When to use this vs. init:

  • Fresh deploymentpg-cdc init (handles slot creation, snapshot, and catalog registration together).
  • Already-initialized deployment, now wiring Gluepg-cdc catalog register (metadata-only; ~seconds vs. re-snapshotting GB from Postgres).
  • Changed storage bucket/prefix and need Glue Location fields refreshedpg-cdc catalog register after updating pg-cdc.yml.
  • New table added via ALTER PUBLICATIONpg-cdc catalog register picks it up from the manifest after init re-discovers it.
Terminal window
pg-cdc catalog register --config pg-cdc.yml
# Glue catalog: <database> (<N> tables)

mcp subcommand

pg-cdc mcp serves a local MCP endpoint over stdio so that Claude Desktop, Cursor, and other MCP clients can query the Parquet output. It is normally launched as a subprocess of the MCP client, not as a long-running daemon — the client manages the lifecycle.

Terminal window
pg-cdc mcp --config /etc/pg-cdc/pg-cdc.yml

For full reference (tools, client wiring, troubleshooting, security model), see 06-mcp.md.

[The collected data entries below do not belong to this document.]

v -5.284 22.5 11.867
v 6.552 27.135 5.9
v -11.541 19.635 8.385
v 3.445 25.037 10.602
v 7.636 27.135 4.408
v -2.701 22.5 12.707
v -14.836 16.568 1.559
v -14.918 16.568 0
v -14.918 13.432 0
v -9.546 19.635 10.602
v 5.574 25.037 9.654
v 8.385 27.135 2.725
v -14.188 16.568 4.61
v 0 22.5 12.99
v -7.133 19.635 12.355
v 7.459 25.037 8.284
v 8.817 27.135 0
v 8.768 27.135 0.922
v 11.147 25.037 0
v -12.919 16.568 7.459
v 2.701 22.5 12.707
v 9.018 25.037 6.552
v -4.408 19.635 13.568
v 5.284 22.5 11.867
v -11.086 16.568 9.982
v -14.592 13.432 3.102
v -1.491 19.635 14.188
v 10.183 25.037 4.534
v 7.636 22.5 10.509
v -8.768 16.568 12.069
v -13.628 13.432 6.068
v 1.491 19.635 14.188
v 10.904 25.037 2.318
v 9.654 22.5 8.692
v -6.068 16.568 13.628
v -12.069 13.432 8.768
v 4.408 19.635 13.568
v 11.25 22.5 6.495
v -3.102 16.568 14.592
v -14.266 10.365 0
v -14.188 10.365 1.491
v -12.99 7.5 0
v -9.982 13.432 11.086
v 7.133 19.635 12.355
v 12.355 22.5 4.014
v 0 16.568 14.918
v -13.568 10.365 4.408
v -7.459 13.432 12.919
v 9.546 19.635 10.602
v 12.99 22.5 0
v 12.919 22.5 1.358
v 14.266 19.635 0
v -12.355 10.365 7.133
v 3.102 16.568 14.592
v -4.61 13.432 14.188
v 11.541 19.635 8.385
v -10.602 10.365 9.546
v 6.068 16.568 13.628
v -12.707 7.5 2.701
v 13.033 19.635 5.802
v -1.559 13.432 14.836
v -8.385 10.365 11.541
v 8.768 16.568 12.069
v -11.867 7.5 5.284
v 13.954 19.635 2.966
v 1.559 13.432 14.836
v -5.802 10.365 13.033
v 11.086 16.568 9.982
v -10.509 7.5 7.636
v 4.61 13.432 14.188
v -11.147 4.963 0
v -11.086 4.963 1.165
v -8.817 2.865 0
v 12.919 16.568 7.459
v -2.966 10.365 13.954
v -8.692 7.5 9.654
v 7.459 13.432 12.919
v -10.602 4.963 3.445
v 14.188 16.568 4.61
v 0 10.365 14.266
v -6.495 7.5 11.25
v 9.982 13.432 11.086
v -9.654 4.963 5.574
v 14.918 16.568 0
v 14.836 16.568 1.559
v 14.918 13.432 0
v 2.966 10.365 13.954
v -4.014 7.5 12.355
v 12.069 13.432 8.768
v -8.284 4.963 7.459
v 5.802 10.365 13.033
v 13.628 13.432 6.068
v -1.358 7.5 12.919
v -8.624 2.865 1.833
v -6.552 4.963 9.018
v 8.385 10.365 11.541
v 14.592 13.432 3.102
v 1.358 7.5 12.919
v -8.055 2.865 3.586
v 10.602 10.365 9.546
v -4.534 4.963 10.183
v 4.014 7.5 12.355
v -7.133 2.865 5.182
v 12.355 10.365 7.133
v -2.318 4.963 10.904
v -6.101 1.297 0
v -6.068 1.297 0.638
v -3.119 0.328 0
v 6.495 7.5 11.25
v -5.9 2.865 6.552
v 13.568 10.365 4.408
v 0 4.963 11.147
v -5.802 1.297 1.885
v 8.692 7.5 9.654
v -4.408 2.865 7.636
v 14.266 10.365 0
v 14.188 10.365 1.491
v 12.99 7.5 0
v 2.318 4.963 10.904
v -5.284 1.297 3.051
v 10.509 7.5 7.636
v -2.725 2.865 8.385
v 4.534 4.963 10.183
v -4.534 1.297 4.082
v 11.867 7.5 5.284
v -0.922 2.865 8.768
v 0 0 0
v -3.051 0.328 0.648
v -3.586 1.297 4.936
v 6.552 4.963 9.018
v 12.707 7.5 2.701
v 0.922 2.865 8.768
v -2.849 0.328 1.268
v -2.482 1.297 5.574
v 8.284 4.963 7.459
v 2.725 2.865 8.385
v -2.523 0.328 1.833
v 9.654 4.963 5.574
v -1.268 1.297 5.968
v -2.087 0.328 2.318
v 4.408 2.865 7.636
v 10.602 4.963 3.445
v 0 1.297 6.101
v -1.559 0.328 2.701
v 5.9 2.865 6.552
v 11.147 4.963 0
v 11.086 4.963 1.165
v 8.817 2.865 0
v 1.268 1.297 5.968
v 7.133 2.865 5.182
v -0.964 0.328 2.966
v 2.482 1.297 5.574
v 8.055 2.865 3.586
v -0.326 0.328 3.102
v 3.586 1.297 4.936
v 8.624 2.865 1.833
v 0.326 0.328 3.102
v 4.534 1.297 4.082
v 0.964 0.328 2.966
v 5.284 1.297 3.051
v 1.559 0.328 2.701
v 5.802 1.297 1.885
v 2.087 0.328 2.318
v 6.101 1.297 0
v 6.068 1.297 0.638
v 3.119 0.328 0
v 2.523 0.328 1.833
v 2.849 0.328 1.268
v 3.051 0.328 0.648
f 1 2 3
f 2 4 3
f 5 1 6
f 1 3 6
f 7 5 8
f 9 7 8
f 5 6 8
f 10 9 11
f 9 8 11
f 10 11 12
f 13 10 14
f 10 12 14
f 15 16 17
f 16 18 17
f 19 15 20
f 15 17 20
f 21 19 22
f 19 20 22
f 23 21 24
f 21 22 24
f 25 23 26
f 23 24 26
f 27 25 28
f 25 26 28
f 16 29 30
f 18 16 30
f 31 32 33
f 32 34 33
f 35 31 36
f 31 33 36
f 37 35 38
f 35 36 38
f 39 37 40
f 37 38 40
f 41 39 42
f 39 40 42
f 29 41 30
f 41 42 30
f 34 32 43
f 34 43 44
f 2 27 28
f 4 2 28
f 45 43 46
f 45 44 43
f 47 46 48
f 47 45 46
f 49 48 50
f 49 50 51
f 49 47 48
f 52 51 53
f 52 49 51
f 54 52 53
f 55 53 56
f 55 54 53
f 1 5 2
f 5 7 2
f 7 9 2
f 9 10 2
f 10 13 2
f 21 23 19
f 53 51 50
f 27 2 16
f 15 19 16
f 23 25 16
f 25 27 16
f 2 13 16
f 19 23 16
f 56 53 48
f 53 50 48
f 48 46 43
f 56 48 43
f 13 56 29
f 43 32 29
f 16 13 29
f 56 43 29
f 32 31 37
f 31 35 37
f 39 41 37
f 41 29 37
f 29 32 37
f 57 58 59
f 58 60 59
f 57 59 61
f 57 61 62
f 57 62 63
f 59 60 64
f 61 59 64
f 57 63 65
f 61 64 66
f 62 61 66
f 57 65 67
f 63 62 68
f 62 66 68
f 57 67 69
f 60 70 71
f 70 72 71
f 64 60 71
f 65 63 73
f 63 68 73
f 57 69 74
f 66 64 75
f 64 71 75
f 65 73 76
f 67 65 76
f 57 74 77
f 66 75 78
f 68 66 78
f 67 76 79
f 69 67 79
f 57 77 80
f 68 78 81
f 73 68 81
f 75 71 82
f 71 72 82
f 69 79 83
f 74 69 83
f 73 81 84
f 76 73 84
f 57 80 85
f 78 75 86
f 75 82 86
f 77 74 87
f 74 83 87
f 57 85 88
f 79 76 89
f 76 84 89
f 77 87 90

Should I run pg-cdc mcp under systemd?

Usually no. The stdio transport assumes the parent process owns it — Claude Desktop launches it, terminates it on quit, and restarts it next session. Running it under systemd would create a process with no peer to talk to.

The legitimate cases for managing pg-cdc mcp directly:

  • Local network bridge — wrapping it behind a stdio-to-TCP shim if you want a remote client to connect to a workstation. (Out of scope for the open core. Consider whether you actually need the commercial edition’s authenticated multi-user MCP server before going down this path.)
  • CI / smoke testingprintf '<json-rpc>\n' | pg-cdc mcp --config … to verify a deployment.

Quick health check

Terminal window
echo '{"jsonrpc":"2.0","id":1,"method":"initialize","params":{}}' \
| pg-cdc mcp --config /etc/pg-cdc/pg-cdc.yml

You should see a JSON response carrying protocolVersion, serverInfo.name=pg-cdc, and serverInfo.version. If the call hangs or errors, see the troubleshooting section in 06-mcp.md.

acl subcommand

The acl subcommand group (Layer-2 tag intent in DynamoDB, Lake Formation reconciliation) is part of the commercial edition. It is not present in this binary.